安装hadoop1.2.1集群环境
一、规划
(一)硬件资源
10.171.29.191 master
10.173.54.84 slave1
10.171.114.223 slave2
(二)基本资料
用户: jediael
目录:/opt/jediael/
二、环境配置
(一)统一用户名密码,并为jediael赋予执行所有命令的权限
#passwd
# useradd jediael
# passwd jediael
# vi /etc/sudoers
增加以下一行:
jediael ALL=(ALL) ALL
(二)创建目录/opt/jediael
$sudo chown jediael:jediael /opt
$ cd /opt
$ sudo mkdir jediael
注意:/opt必须是jediael的,否则会在format namenode时出错。
(三)修改用户名及/etc/hosts文件
1、修改/etc/sysconfig/network
NETWORKING=yes
HOSTNAME=*******
2、修改/etc/hosts
10.171.29.191 master
10.173.54.84 slave1
10.171.114.223 slave2
注 意hosts文件不能有127.0.0.1 *****配置,否则会导致出现异常。

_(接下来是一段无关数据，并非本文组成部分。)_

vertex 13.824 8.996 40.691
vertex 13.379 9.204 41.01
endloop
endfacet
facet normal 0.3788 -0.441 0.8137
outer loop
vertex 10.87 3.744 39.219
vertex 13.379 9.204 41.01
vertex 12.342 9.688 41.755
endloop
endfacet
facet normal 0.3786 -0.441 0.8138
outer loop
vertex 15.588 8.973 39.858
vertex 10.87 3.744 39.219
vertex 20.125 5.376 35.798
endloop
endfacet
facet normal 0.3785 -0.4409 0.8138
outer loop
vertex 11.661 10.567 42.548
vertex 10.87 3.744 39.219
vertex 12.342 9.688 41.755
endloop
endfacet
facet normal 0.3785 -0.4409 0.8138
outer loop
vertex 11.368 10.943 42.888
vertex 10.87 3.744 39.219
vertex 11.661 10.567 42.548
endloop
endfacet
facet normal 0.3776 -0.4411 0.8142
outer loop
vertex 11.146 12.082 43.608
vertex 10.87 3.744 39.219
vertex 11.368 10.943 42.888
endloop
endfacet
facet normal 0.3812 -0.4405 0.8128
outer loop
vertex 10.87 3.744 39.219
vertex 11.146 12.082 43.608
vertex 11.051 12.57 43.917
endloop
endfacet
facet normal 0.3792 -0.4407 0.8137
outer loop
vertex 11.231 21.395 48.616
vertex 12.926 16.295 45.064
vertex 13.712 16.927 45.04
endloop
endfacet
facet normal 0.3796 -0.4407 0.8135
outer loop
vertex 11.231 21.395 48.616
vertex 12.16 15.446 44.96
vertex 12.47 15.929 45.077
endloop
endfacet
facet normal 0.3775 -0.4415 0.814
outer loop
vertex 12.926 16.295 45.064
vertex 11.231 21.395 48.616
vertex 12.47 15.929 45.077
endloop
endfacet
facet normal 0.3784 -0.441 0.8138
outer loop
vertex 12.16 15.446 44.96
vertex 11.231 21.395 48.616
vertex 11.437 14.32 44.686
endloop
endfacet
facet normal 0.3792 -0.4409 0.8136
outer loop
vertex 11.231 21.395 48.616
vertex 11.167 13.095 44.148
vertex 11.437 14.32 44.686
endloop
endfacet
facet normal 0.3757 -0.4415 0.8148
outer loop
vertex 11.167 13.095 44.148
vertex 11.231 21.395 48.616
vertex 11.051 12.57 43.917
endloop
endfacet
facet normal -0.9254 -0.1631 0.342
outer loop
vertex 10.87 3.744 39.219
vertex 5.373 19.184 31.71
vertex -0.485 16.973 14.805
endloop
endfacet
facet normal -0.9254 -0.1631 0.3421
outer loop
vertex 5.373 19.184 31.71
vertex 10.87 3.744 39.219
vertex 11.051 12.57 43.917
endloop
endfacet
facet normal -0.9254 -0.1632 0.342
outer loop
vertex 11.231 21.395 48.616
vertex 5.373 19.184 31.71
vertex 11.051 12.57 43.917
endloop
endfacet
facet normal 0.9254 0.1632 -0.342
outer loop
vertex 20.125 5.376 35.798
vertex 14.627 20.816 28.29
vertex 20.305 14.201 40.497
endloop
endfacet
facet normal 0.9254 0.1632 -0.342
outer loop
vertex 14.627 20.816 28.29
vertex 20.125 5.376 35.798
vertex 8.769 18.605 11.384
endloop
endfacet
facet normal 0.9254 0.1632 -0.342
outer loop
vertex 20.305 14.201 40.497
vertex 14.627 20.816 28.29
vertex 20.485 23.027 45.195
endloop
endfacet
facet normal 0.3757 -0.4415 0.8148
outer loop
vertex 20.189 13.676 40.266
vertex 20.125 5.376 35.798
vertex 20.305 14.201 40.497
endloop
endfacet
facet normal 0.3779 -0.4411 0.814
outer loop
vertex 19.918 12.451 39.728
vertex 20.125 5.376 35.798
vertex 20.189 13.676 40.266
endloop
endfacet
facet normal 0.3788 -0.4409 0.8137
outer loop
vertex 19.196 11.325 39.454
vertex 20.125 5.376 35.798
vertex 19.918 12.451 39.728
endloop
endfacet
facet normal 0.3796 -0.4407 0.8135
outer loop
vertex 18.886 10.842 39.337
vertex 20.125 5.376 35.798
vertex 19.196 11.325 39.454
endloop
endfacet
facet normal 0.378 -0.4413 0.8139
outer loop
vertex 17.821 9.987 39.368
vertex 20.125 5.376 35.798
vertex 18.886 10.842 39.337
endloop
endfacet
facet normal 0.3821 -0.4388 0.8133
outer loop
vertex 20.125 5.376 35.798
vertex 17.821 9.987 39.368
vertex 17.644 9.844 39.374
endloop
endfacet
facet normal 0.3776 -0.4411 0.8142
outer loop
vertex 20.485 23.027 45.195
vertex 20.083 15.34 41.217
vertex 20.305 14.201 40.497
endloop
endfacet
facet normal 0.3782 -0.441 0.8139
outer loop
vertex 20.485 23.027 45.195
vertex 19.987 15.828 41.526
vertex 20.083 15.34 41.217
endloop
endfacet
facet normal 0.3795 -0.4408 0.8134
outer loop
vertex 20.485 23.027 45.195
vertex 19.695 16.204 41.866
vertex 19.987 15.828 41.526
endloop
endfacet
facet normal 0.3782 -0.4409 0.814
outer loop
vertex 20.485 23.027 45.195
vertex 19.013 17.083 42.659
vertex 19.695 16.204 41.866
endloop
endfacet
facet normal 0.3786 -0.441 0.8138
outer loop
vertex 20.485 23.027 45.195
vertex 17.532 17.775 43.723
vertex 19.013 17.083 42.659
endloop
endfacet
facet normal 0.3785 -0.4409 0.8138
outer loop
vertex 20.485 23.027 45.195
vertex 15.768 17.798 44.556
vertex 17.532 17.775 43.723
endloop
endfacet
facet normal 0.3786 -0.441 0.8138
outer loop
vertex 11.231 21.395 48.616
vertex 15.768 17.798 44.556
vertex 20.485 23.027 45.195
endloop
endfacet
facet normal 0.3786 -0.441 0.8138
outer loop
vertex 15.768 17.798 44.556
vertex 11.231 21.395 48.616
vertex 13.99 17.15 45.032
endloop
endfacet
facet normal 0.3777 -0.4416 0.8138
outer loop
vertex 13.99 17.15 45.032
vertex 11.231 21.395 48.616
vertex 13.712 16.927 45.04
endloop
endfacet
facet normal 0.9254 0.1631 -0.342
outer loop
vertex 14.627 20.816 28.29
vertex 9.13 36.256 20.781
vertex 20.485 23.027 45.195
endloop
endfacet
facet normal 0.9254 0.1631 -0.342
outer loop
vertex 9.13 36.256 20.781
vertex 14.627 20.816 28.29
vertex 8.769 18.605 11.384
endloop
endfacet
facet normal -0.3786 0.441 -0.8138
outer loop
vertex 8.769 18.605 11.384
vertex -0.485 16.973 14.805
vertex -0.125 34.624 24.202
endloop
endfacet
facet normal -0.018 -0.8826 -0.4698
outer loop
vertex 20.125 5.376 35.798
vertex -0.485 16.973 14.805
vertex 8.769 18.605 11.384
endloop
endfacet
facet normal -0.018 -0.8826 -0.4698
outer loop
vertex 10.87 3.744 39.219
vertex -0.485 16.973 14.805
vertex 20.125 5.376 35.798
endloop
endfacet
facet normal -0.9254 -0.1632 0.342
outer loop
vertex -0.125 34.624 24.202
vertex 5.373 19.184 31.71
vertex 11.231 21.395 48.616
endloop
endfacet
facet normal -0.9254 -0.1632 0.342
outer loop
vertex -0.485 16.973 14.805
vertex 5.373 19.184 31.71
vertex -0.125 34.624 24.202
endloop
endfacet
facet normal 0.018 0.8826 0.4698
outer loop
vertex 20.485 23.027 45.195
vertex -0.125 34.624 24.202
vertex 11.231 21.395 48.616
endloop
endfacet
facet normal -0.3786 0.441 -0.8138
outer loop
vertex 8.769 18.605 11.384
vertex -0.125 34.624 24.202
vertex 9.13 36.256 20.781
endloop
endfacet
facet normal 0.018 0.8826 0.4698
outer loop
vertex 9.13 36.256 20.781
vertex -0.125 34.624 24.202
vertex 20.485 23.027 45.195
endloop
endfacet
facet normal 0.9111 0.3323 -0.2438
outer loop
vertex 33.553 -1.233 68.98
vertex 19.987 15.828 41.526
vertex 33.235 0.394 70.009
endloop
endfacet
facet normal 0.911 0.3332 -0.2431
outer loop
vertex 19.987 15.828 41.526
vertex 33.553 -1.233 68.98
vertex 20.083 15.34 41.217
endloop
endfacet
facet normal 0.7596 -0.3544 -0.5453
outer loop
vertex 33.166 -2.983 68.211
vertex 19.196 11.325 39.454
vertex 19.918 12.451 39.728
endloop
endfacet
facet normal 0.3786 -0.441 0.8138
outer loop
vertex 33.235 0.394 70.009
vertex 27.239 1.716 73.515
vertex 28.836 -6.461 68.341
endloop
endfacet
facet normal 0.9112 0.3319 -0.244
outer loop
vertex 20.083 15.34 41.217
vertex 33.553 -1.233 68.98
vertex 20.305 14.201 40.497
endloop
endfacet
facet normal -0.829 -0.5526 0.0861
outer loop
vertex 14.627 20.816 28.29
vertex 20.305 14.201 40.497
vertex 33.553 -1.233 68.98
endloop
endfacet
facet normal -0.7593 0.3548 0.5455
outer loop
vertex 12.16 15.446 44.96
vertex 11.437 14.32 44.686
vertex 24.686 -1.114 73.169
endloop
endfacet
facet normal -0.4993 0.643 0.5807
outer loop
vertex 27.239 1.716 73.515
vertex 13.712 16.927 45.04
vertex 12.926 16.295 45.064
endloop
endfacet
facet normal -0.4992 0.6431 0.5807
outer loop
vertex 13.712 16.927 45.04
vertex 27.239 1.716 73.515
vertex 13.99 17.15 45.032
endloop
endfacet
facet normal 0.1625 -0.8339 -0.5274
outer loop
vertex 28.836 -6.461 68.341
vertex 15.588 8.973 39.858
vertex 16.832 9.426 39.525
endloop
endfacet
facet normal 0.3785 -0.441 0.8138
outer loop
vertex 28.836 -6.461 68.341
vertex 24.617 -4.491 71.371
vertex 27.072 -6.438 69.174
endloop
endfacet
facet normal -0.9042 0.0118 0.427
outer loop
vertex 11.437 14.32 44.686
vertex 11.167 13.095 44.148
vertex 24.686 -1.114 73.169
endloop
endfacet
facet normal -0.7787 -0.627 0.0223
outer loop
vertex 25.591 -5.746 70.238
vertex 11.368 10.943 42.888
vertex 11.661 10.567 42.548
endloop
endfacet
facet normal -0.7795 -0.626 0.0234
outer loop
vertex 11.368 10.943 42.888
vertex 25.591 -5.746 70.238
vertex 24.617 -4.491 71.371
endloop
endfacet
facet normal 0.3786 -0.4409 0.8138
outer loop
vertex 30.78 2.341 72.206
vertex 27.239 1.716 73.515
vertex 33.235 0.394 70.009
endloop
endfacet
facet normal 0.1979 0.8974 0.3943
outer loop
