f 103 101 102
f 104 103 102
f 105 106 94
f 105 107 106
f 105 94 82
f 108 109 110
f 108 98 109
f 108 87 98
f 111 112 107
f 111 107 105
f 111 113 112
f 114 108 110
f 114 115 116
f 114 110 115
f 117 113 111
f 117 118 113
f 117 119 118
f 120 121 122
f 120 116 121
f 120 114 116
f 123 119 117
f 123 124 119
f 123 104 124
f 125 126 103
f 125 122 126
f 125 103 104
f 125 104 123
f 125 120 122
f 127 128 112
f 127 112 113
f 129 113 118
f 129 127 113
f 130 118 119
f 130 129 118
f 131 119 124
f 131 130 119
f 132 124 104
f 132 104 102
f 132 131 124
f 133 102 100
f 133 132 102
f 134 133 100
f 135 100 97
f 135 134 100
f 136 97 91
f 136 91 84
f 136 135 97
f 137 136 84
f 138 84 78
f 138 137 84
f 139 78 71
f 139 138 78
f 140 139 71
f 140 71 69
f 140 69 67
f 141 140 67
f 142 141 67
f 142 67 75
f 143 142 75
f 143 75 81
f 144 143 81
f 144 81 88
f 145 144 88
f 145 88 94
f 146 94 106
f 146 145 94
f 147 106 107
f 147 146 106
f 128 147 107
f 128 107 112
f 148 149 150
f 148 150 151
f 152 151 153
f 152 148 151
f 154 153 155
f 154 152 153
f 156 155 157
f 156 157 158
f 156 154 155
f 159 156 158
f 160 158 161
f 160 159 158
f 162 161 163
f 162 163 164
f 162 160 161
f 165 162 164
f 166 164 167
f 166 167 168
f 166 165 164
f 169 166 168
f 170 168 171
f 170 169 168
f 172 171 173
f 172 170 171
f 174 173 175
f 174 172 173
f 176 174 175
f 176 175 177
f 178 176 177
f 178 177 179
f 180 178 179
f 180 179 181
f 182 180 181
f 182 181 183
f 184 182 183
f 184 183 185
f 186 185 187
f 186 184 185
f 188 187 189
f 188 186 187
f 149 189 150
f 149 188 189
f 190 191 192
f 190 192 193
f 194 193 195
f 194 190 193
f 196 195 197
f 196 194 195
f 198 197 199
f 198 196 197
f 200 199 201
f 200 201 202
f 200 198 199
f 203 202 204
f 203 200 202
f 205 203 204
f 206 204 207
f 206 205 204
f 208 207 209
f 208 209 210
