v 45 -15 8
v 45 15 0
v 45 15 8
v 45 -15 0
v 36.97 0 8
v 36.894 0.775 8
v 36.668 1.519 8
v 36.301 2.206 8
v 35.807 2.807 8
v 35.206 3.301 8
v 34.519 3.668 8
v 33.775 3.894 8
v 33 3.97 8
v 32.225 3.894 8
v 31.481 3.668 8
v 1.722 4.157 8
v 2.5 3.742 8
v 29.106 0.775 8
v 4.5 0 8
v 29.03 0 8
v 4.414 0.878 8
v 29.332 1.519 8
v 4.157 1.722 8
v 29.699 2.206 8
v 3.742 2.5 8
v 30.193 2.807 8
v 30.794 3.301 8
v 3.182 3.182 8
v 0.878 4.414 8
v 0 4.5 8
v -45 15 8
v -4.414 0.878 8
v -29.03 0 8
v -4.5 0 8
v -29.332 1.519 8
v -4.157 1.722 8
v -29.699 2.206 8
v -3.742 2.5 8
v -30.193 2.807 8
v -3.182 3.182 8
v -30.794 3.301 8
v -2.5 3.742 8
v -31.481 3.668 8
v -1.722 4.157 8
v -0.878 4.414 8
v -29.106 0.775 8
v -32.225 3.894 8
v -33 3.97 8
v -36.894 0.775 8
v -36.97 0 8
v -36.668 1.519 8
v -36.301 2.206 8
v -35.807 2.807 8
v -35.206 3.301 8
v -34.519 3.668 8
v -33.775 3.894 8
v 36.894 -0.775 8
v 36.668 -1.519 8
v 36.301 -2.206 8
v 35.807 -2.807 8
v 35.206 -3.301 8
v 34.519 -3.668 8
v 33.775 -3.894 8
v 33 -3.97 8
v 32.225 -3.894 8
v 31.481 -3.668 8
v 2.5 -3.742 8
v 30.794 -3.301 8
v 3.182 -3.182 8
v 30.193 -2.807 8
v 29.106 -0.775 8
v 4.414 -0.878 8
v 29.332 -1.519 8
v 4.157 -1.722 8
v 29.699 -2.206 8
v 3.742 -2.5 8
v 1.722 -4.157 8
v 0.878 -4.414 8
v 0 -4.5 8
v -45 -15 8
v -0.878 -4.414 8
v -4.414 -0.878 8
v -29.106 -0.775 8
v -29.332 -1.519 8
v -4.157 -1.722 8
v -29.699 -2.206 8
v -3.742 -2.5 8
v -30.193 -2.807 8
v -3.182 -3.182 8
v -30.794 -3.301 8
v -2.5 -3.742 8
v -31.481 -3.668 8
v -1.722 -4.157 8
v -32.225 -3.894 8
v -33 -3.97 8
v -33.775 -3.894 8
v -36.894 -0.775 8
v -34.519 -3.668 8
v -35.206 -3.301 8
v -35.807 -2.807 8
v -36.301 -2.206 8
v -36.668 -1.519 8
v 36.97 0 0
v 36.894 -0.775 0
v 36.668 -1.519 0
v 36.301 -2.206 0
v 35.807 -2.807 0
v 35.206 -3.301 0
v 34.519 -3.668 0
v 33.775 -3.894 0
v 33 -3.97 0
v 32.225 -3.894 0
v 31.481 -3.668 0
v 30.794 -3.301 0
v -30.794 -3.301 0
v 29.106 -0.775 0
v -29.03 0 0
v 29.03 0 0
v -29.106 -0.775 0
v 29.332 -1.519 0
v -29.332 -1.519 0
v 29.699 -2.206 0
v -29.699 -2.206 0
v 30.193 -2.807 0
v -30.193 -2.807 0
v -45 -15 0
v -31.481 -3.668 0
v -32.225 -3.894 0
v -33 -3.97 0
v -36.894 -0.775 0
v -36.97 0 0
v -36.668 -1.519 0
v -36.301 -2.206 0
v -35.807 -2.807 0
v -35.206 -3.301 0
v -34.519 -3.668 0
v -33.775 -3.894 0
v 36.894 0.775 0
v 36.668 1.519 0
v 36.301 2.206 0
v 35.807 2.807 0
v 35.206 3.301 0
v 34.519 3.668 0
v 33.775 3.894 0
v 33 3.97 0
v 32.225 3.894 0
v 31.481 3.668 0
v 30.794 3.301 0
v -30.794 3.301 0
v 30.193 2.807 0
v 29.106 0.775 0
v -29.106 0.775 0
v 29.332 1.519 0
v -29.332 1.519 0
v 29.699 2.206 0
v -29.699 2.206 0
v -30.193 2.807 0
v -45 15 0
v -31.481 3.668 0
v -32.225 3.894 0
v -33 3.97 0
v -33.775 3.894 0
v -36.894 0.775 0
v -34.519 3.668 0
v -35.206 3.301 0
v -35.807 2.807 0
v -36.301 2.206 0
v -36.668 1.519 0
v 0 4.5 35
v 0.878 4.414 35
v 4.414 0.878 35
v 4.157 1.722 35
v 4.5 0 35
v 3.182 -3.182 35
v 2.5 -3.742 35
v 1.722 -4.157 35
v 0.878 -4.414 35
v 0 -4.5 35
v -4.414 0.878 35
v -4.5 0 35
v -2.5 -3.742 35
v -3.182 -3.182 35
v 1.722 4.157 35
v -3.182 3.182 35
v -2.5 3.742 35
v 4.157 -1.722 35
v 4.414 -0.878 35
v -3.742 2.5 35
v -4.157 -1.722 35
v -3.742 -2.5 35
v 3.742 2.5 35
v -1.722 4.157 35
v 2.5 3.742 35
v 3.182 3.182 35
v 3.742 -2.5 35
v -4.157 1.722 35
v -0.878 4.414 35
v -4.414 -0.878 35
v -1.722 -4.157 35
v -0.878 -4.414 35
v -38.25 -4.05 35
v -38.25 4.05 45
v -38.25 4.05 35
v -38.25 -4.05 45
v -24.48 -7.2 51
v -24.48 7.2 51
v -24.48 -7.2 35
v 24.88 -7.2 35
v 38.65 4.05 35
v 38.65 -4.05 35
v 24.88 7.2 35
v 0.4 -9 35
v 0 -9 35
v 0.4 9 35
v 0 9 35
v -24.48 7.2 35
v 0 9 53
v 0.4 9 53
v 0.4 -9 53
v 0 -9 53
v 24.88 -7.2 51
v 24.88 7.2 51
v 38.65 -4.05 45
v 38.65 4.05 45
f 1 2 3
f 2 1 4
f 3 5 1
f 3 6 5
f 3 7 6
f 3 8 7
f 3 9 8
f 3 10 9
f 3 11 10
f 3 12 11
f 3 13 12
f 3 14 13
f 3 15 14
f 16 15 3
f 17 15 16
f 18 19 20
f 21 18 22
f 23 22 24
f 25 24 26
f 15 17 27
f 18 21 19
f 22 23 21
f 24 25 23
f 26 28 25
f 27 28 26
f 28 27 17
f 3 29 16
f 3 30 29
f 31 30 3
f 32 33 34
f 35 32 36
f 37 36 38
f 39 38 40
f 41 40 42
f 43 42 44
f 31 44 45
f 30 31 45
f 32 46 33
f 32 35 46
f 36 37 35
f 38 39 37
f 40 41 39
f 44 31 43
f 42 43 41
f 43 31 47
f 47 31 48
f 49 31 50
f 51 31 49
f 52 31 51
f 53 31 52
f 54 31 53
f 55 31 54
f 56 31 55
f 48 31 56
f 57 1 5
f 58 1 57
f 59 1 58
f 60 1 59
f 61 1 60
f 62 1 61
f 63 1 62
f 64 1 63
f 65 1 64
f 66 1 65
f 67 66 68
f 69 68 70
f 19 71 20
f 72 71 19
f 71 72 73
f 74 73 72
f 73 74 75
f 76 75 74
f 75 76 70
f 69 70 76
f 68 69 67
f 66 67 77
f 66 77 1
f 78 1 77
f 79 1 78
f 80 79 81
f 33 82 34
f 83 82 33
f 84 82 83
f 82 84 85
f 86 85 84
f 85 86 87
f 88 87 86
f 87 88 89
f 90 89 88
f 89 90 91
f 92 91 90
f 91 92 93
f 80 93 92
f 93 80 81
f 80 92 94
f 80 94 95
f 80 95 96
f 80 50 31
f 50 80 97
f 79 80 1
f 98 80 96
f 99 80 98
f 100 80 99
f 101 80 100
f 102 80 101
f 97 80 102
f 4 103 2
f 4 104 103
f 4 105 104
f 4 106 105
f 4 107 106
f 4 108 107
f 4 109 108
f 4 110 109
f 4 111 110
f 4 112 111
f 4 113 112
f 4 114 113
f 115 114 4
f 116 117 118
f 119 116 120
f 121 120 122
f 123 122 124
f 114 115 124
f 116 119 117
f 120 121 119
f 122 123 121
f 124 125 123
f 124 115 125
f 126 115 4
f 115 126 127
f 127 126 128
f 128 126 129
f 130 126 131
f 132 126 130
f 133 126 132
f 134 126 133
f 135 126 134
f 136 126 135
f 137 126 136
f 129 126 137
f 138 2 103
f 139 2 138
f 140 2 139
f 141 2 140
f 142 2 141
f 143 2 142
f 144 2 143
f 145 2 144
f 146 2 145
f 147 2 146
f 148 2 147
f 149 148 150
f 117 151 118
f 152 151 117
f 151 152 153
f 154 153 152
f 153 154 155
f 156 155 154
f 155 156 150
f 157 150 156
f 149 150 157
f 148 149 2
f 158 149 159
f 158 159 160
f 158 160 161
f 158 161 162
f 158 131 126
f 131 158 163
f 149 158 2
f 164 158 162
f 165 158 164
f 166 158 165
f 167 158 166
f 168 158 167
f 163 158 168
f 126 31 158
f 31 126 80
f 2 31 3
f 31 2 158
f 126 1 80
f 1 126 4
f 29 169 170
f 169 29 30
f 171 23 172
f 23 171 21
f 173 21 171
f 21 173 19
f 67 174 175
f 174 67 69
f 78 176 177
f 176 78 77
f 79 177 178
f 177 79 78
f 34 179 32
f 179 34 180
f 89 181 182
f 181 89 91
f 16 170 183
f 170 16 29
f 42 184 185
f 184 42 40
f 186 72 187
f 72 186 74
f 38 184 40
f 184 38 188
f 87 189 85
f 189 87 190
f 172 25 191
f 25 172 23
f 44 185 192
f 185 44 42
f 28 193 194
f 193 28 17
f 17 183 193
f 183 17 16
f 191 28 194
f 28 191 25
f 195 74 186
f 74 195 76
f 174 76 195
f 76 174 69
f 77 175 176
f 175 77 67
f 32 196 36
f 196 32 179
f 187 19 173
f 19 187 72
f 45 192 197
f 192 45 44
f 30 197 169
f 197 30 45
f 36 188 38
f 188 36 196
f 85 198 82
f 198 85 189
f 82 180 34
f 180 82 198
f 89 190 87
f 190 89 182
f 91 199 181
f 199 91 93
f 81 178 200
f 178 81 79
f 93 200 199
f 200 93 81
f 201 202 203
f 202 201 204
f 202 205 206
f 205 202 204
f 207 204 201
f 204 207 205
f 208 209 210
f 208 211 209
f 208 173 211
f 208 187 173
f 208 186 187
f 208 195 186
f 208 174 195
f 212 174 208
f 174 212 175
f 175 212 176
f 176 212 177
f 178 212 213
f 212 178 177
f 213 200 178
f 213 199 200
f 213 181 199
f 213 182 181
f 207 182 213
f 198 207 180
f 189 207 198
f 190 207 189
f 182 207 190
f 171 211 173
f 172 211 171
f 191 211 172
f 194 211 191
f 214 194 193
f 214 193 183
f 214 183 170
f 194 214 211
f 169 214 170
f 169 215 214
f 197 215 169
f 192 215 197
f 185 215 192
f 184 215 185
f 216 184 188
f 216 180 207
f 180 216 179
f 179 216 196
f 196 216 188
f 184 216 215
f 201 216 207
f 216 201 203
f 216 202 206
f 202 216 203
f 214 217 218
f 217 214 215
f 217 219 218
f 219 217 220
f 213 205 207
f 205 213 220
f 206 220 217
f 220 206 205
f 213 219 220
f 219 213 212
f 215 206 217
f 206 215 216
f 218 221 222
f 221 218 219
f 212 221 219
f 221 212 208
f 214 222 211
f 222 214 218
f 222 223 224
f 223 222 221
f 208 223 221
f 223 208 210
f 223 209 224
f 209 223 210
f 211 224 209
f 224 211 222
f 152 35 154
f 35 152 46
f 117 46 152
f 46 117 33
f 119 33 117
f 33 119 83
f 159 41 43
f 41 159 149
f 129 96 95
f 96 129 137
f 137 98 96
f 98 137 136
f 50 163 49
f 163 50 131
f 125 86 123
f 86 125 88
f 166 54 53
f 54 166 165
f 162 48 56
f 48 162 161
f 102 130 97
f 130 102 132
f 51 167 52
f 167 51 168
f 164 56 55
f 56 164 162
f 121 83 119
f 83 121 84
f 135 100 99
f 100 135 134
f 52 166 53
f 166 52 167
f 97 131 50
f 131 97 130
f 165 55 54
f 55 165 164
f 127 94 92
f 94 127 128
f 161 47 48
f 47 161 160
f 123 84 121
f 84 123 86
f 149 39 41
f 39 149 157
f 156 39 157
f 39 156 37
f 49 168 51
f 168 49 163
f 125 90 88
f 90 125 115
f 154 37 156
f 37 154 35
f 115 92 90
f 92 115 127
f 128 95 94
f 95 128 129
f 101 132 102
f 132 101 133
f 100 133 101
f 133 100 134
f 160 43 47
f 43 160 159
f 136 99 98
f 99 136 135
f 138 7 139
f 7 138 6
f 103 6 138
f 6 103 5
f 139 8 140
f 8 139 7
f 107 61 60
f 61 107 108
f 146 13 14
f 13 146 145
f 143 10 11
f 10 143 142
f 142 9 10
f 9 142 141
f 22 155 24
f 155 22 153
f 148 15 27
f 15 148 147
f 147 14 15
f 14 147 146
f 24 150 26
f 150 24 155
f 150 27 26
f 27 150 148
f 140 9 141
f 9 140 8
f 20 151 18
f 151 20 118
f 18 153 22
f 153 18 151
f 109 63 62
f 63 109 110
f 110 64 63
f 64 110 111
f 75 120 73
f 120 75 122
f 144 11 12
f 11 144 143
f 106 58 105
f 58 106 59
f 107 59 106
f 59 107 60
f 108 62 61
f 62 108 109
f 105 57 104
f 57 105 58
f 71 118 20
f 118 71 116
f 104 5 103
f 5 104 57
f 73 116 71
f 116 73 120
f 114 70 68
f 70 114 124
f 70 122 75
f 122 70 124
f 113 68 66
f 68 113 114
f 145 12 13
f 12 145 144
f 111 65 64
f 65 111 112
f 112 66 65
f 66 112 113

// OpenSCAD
$fn = 32;

// ----------------------------------------------------------------------
// Boat cleat: 90 mm base, horn 44 mm up
// ----------------------------------------------------------------------

// --- parameters (mm) ---
base_l = 90;              // base length
base_w = 30;              // base width
base_t = 8;               // base thickness
horn_len = 76.5;          // horn length
horn_d = 18;              // horn diameter at the middle
horn_z = 44;              // horn axis height
end_drop = 8;             // how far the horn tips drop
post_d = 9;               // centre post diameter
holes_d = 7.94;           // fixing holes
hole_x = 33;              // fixing hole spacing

difference() {
  union() {
    translate([-45, -15, 0]) cube([base_l, base_w, base_t]);
    /* centre post, sunk 1 mm into the base */
    translate([0, 0, 7]) cylinder(h = 37, d = post_d);
    /* horn: a hull chain of boxes, full in the middle and lighter at the tips */
    hull() {
      translate([-38.25, -4.05, 35]) cube([0.4, 8.1, 10], center = false);
      translate([-24.48, -7.2, 35]) cube([0.4, 14.4, 16], center = false);
    }
    hull() {
      translate([-24.48, -7.2, 35]) cube([0.4, 14.4, 16], center = false);
      translate([0, -9, 35]) cube([0.4, 18, 18], center = false);
    }
    hull() {
      translate([0, -9, 35]) cube([0.4, 18, 18], center = false);
      translate([24.48, -7.2, 35]) cube([0.4, 14.4, 16], center = false);
    }
    hull() {
      translate([24.48, -7.2, 35]) cube([0.4, 14.4, 16], center = false);
      translate([38.25, -4.05, 35]) cube([0.4, 8.1, 10], center = false);
    }
  }
  translate([-33, 0, -2.5]) cylinder(h = base_t + 5, d = holes_d);
  translate([33, 0, -2.5]) cylinder(h = base_t + 5, d = holes_d);
}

org.apache.hadoop.ipc.Client: Retrying connect to server: master/10.171.29.191:9000. Already trie
3、hostname命令
hostname ****
(四)配置免密码登录
以上命令在master上使用jediael用户执行:
$ ssh-keygen -t dsa -P '' -f ~/.ssh/id_dsa
$ cat ~/.ssh/id_dsa.pub >> ~/.ssh/authorized_keys
然后,将authorized_keys复制到slave1,slave2
scp ~/.ssh/authorized_keys slave1:~/.ssh/
scp ~/.ssh/authorized_keys slave2:~/.ssh/
注意
(1)若提示.ssh目录不存在,则表示此机器从未运行过ssh,因此运行一次即可创建.ssh目录。
(2).ssh/的权限为600,authorized_keys的权限为700,权限大了小了都不行。
(五)在3台机器上分别安装java,并设置相关环境变量
参考http://blog.csdn.net/jediael_lu/article/details/38925871
(六)下载hadoop-1.2.1.tar.gz,并将其解压到/opt/jediael
三、修改配置文件
【3台机器上均要执行】
(一)修改conf/hadoop_env.sh
export JAVA_HOME=/usr/java/jdk1.7.0_51
(二)修改core-site.xml
<property>
<name>fs.default.name</name>
<value>hdfs://master:9000</value>
</property> <property>
<name>hadoop.tmp.dir</name>
<value>/opt/tmphadoop</value>
</property>
(三)修改hdfs-site.xml
<property>
<name>dfs.replication</name>
<value>2</value>
</property>
(四)修改mapred-site.xml
<property>
<name>mapred.job.tracker</name>
<value>master:9001</value>
</property>
(五)修改master及slaves
master:
master slaves:
slave1
slave2
可以在master中完成上述配置,然后使用scp命令复制到slave1与slave2上。
如:
$scp core-site.xml slave2:/opt/jediael/hadoop-1.2.1/conf
四、启动并验证
1、格式 化namenode【此步骤在3台机器上均要运行】
[jediael@master hadoop-1.2.1]$ bin/hadoop namenode -format
15/01/21 15:13:40 INFO namenode.NameNode: STARTUP_MSG:
/************************************************************
STARTUP_MSG: Starting NameNode
STARTUP_MSG: host = master/10.171.29.191
STARTUP_MSG: args = [-format]
STARTUP_MSG: version = 1.2.1
STARTUP_MSG: build = https://svn.apache.org/repos/asf/hadoop/common/branches/branch-1.2 -r 1503152; compiled by 'mattf' on Mon Jul 22 15:23:09 PDT 2013
STARTUP_MSG: java = 1.7.0_51
************************************************************/
Re-format filesystem in /opt/tmphadoop/dfs/name ? (Y or N) Y
15/01/21 15:13:43 INFO util.GSet: Computing capacity for map BlocksMap
15/01/21 15:13:43 INFO util.GSet: VM type = 64-bit
15/01/21 15:13:43 INFO util.GSet: 2.0% max memory = 1013645312
15/01/21 15:13:43 INFO util.GSet: capacity = 2^21 = 2097152 entries
15/01/21 15:13:43 INFO util.GSet: recommended=2097152, actual=2097152
15/01/21 15:13:43 INFO namenode.FSNamesystem: fsOwner=jediael
15/01/21 15:13:43 INFO namenode.FSNamesystem: supergroup=supergroup
15/01/21 15:13:43 INFO namenode.FSNamesystem: isPermissionEnabled=true
15/01/21 15:13:43 INFO namenode.FSNamesystem: dfs.block.invalidate.limit=100
15/01/21 15:13:43 INFO namenode.FSNamesystem: isAccessTokenEnabled=false accessKeyUpdateInterval=0 min(s), accessTokenLifetime=0 min(s)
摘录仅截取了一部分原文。